Let’s take a moment to remind ourselves that the aim of the CIA’s assassination attempts on the life of Fidel Castro was the same as that of the embargo: the preservation of U.S. national security through regime change in Cuba. The hope was that the assassination of Castro would bring into power a ruler who would be subservient to the U.S. government.

Other attempts

The assassination attempts on Castro’s life weren’t the only way that the CIA was trying to effect regime change in Cuba. The efforts at replacing Castro with a pro-U.S. ruler began with the CIA’s invasion of Cuba at the Bay of Pigs, an action that took place a few months after John Kennedy assumed office as president.

The Bay of Pigs invasion was a CIA project that had originated under the Eisenhower administration. From the very beginning, the operation was based on a lie, one that the national-security state intended to sell to the American people. Even though the CIA was orchestrating the invasion, the plan called for U.S. officials, including Kennedy, the military, and the CIA, to lie to the American people about the role the CIA played in the operation. U.S. officials intended to falsely tell everyone that the invasion was carried out solely by Cuban exiles who just wanted to free their country from the communist tyranny of Fidel Castro.

Even though the deception was revealed in the aftermath of the invasion, official lying became an established principle under the national-security state. The end justified the means. If U.S. officials had to lie to protect national security, so be it. In such a case, the lying would not be considered bad. Since it was the U.S. government that was doing it for the sake of national security, deception by U.S. officials was considered something necessary and good. It was only deception on the part of others, such as the communists, that was considered bad.

There were also the numerous U.S.-sponsored terrorist attacks in Cuba, in which CIA-supported operatives would bomb or sabotage Cuban businesses, farms, and industries. Again, the end justified the means. National security was all that mattered.

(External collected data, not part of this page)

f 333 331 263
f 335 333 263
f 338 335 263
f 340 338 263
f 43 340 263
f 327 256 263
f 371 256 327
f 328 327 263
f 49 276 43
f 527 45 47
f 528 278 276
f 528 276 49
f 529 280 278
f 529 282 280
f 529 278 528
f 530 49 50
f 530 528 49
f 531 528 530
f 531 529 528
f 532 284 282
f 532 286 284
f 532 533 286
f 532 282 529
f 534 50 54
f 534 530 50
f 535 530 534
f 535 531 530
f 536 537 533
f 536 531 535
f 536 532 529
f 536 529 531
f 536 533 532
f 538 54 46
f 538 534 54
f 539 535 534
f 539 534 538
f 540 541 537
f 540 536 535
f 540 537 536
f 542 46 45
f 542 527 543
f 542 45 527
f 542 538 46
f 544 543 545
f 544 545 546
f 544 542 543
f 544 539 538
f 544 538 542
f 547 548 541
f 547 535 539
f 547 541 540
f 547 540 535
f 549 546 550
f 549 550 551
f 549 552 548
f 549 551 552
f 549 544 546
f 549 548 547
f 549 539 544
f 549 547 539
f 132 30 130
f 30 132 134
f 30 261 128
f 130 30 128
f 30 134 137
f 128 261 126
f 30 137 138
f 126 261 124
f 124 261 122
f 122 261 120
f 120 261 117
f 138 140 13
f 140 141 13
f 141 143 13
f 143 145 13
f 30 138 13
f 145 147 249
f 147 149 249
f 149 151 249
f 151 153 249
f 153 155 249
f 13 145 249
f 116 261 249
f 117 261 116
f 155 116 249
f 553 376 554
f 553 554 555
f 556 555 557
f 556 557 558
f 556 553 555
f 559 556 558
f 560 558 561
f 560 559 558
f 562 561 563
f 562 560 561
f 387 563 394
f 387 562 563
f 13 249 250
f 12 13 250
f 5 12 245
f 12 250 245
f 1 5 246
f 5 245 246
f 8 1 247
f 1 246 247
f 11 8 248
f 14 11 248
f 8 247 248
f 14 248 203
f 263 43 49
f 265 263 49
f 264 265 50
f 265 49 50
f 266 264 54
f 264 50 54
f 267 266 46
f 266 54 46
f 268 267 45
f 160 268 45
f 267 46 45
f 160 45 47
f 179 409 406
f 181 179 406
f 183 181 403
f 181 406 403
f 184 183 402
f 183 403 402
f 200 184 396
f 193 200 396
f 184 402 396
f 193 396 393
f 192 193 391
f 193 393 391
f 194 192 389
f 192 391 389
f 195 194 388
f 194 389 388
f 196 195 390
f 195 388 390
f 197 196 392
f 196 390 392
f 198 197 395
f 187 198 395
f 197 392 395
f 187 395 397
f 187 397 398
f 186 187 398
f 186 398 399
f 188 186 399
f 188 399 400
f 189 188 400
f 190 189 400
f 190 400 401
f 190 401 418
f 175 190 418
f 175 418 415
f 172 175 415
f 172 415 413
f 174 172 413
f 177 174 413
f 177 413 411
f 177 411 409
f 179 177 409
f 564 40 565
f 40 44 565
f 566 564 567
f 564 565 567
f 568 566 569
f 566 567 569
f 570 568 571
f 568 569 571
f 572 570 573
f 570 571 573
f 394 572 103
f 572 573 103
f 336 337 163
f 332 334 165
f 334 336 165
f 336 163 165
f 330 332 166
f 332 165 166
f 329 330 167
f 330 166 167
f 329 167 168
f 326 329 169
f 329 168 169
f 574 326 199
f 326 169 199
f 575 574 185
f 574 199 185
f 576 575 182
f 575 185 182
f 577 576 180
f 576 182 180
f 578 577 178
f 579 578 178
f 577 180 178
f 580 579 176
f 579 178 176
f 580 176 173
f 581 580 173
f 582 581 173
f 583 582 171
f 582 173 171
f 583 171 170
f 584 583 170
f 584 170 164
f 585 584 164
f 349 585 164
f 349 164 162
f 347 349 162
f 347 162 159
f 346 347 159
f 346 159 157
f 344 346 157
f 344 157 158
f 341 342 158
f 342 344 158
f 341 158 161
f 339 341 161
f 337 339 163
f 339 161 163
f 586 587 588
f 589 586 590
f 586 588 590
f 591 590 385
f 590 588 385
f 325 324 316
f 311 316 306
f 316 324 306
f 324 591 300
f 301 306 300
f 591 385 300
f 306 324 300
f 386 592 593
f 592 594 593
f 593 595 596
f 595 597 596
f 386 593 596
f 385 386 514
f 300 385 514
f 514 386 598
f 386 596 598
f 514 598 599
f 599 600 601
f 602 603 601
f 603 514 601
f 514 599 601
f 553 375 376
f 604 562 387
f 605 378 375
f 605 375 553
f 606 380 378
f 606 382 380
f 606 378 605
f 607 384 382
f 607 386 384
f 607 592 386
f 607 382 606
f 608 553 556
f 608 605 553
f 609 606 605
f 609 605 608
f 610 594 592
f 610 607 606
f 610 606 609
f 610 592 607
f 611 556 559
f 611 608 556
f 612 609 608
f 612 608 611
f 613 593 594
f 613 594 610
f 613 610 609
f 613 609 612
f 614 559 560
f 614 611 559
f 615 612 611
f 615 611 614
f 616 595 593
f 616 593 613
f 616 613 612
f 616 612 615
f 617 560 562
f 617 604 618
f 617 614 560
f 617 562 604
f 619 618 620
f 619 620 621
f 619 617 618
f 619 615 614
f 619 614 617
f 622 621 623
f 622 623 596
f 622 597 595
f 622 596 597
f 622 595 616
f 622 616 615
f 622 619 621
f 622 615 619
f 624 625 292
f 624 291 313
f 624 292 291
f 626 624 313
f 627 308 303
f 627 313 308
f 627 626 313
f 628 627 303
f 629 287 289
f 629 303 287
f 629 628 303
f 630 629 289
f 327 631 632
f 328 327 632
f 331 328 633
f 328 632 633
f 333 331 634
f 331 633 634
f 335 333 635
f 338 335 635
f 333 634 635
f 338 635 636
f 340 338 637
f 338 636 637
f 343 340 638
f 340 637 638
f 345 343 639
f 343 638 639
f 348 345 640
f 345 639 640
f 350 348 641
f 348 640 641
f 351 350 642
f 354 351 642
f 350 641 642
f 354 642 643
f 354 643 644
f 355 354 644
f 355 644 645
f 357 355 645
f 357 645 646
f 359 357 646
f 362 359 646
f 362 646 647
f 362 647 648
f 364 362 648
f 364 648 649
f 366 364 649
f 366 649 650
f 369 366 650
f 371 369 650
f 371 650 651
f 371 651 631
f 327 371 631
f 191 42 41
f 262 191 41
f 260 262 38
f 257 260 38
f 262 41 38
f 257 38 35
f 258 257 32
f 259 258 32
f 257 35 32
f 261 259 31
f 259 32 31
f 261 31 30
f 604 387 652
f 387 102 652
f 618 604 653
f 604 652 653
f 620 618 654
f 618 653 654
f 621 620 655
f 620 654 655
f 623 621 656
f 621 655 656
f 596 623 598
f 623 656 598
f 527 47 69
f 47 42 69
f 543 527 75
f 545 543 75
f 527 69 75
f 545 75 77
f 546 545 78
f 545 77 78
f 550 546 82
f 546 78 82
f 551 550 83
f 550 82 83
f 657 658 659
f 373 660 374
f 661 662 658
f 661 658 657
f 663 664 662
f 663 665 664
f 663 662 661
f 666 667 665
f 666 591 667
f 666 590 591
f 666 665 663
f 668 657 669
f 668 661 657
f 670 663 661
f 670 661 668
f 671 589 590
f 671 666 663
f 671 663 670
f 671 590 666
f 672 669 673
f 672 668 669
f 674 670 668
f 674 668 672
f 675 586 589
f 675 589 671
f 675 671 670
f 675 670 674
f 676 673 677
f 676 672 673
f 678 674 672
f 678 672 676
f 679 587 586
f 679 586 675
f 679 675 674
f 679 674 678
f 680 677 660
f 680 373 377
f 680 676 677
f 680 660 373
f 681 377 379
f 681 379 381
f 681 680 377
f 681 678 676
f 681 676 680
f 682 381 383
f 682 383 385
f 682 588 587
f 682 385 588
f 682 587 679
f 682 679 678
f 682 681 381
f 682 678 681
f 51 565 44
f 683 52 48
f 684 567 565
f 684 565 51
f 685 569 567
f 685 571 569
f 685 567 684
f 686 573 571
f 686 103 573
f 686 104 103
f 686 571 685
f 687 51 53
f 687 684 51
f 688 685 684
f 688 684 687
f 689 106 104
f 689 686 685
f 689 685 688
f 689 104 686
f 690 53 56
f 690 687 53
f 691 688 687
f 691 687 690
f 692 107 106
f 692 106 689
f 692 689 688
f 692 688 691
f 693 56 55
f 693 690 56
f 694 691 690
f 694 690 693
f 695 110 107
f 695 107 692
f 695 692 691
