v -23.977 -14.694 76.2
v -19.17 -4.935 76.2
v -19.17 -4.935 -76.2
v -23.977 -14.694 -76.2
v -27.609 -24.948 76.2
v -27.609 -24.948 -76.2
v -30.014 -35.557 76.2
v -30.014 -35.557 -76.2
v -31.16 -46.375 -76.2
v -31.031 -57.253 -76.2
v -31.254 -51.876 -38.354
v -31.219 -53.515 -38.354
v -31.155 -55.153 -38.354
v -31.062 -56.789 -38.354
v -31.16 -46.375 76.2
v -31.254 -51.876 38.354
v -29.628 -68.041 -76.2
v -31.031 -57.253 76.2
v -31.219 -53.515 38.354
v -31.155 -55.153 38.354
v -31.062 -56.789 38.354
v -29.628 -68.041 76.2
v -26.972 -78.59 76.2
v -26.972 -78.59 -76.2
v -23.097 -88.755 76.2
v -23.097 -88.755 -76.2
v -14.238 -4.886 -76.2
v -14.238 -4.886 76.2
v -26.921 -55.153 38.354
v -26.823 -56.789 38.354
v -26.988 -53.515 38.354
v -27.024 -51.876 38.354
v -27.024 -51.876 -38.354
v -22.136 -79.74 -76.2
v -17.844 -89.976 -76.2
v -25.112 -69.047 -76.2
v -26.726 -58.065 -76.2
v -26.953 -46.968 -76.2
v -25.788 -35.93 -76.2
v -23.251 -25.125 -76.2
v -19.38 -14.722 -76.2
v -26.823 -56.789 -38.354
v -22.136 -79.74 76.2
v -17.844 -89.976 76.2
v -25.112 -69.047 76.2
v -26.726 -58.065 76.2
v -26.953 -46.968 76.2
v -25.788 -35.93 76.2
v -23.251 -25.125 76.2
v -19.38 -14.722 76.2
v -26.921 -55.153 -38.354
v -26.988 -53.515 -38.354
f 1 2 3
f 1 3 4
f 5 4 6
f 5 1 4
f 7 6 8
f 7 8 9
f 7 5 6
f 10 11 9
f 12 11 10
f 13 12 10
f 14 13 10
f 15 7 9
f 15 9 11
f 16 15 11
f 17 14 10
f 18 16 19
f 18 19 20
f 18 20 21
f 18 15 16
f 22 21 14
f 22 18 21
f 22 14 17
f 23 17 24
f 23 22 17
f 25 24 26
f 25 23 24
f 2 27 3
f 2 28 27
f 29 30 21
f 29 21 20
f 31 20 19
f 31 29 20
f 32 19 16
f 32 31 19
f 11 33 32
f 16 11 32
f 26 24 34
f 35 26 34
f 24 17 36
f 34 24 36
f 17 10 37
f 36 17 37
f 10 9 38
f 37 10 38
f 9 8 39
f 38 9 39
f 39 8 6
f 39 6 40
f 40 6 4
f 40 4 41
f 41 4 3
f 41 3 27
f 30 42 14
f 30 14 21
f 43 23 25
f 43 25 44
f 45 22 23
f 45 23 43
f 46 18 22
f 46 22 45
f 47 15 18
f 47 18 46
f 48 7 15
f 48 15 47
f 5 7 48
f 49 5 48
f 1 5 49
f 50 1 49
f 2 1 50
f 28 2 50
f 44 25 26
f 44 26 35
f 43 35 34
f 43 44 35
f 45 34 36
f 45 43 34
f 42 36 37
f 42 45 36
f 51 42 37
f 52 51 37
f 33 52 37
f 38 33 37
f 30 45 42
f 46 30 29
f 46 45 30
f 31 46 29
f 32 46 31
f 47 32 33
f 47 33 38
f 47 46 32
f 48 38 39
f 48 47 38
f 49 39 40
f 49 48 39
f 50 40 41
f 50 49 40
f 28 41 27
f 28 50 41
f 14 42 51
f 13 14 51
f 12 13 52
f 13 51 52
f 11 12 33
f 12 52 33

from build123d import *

# Parameters (mm, degrees)
F1_DEPTH = 76.2
F2_W     = 4.913513
F2_H     = 76.708
F3_DEPTH = 50.8


with BuildPart() as f1:
    # F0 (on Top) → F1 (new body, symmetric)
    with BuildSketch(Plane.XY):
        with BuildLine():
            Line((-14.237757, -4.885755), (-19.169552, -4.935114))
            ThreePointArc((-19.169552, -4.935114), (-31.159886, -46.375263), (-23.097479, -88.755114))
            Line((-23.097479, -88.755114), (-17.844147, -89.975755))
            ThreePointArc((-17.844147, -89.975755), (-26.952715, -46.96828), (-14.237757, -4.885755))
        make_face()
    extrude(amount=F1_DEPTH, both=True)

    # F2 (on Right) → F3 (cut)
    with BuildSketch(Plane.YZ):
        with Locations((-54.332511, 0)):
            Rectangle(F2_W, F2_H)
    extrude(amount=-F3_DEPTH, mode=Mode.SUBTRACT)


solid = f1.part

One of the most tragic events during the Cold War period involved the terrorist downing of a Cuban airliner over Venezuelan skies. Dozens of people were killed, including the members of Cuba’s national fencing team. While there isn’t any direct evidence that the CIA was behind the attack, there is no doubt that the people who did commit the attack had the same mindset as the CIA — that the end justified the means.

Moreover, it is somewhat interesting that the U.S. government, to the present date, has steadfastly continued to harbor a man who has been accused of orchestrating the attack, a CIA operative named Luis Posada Carriles. For years, the Venezuelan government, with whom the United States has an extradition treaty, has sought the extradition of Posada to Venezuela to stand trial for the murder of the people on that plane. The U.S. government has continually refused to honor the extradition request. It should also be noted that Posada was convicted in Panama of trying to assassinate Fidel Castro, an act that Panama considered to be a criminal offense. He was later pardoned by Panama’s outgoing president, enabling him to immigrate to the United States, where the U.S. government has provided him with safe harbor, preventing his extradition to Venezuela.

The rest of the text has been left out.